7.4.1999 Anschlußbeitragsbescheide nicht ohne vorherigen kritischen Blick in die Satzung

Dr. Hans Henning Lohmann, Vorsitzender Richter am Hessischen Verwaltungsgerichtshof und langjähriges Mitglied in dem für das Beitragsrecht zuständigen 5. Senat hat in Driehaus, Kommunalabgabenrecht, Kommentar, 20. Ergänzungslieferung, März 1999 nun seine Überlegungen zur Beitragssatzregelung bei der Erhebung von Anschlußbeiträgen einem breiteren Fachpublikum zugänglich gemacht. Bereits sein Aufsatz "Die Ausgestaltung der Beitragssatzregelung bei der Erhebung von Anschlußbeiträgen nach § 11 HessKAG" (Hessische Städte und Gemeindezeitung 1998, S. 126) hat in dieser Beziehung ja mancherorts bereits zu neuen Satzungsregelungen geführt.
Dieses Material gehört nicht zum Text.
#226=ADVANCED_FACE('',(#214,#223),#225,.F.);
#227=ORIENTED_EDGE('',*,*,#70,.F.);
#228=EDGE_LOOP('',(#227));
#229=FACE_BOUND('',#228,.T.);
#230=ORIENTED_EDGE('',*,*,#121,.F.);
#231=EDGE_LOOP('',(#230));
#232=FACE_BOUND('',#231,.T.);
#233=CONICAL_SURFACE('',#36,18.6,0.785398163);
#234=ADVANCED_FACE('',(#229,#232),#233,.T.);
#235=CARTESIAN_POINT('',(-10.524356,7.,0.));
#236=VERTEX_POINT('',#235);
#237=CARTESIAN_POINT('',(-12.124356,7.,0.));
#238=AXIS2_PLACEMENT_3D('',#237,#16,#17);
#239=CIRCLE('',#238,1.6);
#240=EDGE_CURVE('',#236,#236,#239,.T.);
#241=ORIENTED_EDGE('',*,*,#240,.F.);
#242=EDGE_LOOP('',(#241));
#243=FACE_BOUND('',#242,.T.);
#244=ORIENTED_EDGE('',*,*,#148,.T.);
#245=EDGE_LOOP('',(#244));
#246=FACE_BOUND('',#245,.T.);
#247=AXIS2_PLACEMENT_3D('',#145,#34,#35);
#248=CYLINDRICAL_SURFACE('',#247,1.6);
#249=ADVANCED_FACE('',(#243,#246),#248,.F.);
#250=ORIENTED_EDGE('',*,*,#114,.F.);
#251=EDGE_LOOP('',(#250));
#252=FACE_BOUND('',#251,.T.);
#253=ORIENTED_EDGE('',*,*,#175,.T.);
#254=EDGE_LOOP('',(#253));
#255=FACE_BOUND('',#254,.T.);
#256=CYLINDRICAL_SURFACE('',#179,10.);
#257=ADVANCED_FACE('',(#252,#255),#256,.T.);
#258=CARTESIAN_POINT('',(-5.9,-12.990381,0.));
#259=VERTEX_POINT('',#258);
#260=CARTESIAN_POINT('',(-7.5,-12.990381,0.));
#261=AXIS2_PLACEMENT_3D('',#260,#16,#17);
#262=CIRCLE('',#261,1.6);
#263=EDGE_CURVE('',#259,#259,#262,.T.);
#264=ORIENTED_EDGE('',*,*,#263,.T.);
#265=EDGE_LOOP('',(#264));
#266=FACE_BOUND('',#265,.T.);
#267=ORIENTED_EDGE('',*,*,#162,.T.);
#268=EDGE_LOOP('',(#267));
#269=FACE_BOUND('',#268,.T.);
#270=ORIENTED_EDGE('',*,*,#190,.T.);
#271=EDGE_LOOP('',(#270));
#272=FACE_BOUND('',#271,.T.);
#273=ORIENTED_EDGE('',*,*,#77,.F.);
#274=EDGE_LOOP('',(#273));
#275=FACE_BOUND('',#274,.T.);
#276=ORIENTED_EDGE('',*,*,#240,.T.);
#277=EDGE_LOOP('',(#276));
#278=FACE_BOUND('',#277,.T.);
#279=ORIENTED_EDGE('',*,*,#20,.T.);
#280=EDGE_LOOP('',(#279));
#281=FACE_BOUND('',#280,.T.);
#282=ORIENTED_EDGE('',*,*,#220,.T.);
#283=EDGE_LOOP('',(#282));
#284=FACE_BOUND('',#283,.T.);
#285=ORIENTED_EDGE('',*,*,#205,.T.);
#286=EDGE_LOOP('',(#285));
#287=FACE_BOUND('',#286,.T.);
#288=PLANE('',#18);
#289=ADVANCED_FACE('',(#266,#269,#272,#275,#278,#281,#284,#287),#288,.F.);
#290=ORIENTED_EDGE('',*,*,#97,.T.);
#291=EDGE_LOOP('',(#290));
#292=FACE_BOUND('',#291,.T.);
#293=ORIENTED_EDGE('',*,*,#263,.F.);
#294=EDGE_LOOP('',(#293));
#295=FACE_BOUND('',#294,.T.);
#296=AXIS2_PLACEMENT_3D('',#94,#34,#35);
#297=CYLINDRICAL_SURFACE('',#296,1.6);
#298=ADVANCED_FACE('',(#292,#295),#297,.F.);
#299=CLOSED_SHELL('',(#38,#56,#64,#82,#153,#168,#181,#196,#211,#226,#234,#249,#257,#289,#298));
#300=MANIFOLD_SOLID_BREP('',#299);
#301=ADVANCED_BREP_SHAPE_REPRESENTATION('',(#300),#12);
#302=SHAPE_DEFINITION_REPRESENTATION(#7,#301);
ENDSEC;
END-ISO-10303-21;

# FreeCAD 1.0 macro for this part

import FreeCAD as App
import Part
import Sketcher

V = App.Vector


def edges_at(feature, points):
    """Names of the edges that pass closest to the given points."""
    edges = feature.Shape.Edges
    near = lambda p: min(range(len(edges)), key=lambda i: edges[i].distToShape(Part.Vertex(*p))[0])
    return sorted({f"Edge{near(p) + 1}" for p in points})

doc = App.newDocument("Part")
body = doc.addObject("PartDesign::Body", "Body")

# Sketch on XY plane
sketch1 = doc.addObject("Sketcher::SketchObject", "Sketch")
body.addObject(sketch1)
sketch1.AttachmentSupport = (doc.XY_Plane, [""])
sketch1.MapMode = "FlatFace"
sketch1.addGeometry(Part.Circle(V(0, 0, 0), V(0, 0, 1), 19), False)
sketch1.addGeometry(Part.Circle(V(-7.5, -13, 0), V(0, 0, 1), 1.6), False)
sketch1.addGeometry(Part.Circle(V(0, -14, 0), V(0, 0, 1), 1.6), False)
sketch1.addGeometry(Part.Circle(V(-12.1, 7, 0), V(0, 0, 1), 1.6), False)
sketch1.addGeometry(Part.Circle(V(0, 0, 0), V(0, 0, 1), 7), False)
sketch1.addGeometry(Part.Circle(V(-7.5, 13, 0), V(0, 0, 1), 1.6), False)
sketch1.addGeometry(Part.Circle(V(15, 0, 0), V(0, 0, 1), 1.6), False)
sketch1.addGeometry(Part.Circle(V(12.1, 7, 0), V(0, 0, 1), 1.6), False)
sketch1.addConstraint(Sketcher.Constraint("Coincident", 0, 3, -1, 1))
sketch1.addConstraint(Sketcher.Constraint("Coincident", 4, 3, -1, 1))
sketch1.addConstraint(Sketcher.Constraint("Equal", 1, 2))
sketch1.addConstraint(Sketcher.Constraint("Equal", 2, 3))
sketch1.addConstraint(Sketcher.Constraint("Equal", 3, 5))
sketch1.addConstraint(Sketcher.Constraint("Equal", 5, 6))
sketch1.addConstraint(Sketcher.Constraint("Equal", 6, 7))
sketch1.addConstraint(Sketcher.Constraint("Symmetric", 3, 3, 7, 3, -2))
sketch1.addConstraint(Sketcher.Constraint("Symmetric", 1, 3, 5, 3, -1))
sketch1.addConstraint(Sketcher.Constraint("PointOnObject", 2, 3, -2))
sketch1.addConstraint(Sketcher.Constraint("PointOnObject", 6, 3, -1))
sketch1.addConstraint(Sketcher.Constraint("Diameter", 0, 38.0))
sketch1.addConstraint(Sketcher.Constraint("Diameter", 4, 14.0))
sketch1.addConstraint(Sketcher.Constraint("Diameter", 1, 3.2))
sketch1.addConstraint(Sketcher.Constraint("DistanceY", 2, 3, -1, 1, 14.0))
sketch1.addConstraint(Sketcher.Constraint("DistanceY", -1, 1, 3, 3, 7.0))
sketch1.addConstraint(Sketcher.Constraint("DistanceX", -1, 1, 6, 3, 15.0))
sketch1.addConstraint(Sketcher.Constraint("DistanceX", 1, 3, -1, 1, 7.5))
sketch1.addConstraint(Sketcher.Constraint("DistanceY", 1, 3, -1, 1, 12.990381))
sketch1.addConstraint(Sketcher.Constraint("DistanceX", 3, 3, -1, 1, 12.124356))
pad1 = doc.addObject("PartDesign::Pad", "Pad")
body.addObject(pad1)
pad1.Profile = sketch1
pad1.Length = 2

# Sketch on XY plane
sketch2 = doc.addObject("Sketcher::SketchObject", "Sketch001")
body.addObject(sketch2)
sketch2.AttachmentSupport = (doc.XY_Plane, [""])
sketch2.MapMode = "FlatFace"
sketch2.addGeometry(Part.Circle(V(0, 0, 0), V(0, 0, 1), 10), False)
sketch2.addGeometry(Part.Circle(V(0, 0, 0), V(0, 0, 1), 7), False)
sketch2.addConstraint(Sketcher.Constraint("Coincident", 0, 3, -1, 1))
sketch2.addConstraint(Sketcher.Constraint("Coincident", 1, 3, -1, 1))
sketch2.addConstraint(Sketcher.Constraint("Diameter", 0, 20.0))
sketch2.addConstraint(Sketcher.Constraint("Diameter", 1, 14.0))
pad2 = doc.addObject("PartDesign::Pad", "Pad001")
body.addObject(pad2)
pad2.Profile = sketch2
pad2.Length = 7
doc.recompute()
Da anzunehmen ist, daß die Lohmann´schen Überlegungen unmittelbar in die Rechtsprechung der hessischen Verwaltungsgerichte einfließen werden, sei an dieser Stelle nochmals dringend geraten, vor der nächsten Abrechnung von Entwässerungs- bzw. Wasserversorgungsbeiträgen die einschlägigen Satzungen bzw. deren Anwendung zu überprüfen.

  1. Anschlußbeiträge in den klassischen Neubaugebieten sind Beiträge für die Schaffung und nicht etwa Beiträge für die Erweiterung. Deshalb ist hier der Beitragssatz der Satzung für die Schaffung anzusetzen. Die umgangssprachlich als "räumliche Erweiterung des Netzes" bezeichnete Leitungsverlegung in einem Neubaugebiet ist beitragsrechtlich gesehen ein Teil der Schaffung des Gesamtnetzes. Der beitragsrechtliche Begriff der Erweiterung meint beim Netz nicht räumliche, sondern funktionelle Erweiterung, beispielsweise durch Pumpwerke , Regenrückhaltebecken, Regenüberlaufbauwerke u.ä.

  2. Identische Beitragssätze für Schaffung, Erweiterung und Erneuerung in der Satzung legen den Verdacht nahe, daß die Beitragssätze gegriffen und nicht kalkuliert sind, weil vom Lohmann´schen Denkansatz her beispielsweise ein Schaffensbeitrag bei der Kalkulation immer höher ausfallen muß als ein Erneuerungsbeitrag. Da aber der Hessische VGH weiterhin in dieser Hinsicht lediglich eine Ergebniskontrolle durchführt, können die identischen Beitragssätze in der Satzung für die drei Beitragstatbestände unschädlich sein, wenn nur im Streitfall nachweisbar ist, daß keine Überdeckung entsteht.

  3. Da Gegenstand der Betrachtung nicht etwa der Kanal in einer Straße oder in einem Baugebiet, sondern das Gesamtnetz oder zumindest das technisch eigenständige Teilnetz ist, können Beitragssätze, die in der Satzung ausdrücklich für die Anwendung in einzelnen Baugebieten vorgeschrieben sind, nicht gehalten werden. Unterschiedliche Beitragssätze für verschiedene räumliche Teile des Gemeindegebiets sind nur dann zu rechtfertigen, wenn sich die Gemeinde bewußt für technisch voneinander unabhängige Teilsysteme entschieden hat, weil beispielsweise verschiedene Ortsteile in verschiedene Kläranlagen entwässern. In diesem Fall muß aber auch die jeweilige Gebühr unterschiedlich hoch in der Satzung verankert sein.

  4. Die Praxis mancher Gemeinden, aus Anlaß der Erschließung eines Neubaugebietes den Anschlußbeitrag tatsächlich zwar baugebietsweise zu kalkulieren, ihn dann aber in der Satzung so für das ganze Gemeindegebiet einheitlich festzusetzen und dies für die zeitlich nachfolgenden Neubaugebiete immer wieder neu zu tun, läßt zwar bei erstem Hinsehen den Verdacht auf die rechtlich verbotene baugebietsweise Kalkulation nicht aufkommen. Diese Praxis dürfte aber nach dem unter Ziffer 3 dargelegten ebenfalls nicht haltbar sein.

Vor diesem Hintergrund ist dringend anzuraten, aus Anlaß einer vorgesehenen Abrechnung von Anschlußbeiträgen für Neubaugebiete die bestehende Satzung kritisch zu überprüfen. Dieser Rat gilt um so mehr, wenn an die Erhebung von Beiträgen für Erneuerungen, Erweiterungen oder sonstige kombinierte Ergänzungsmaßnahmen im Netz oder an den zentralen Einrichtungen wie Kläranlage und Hochbehälter gedacht ist.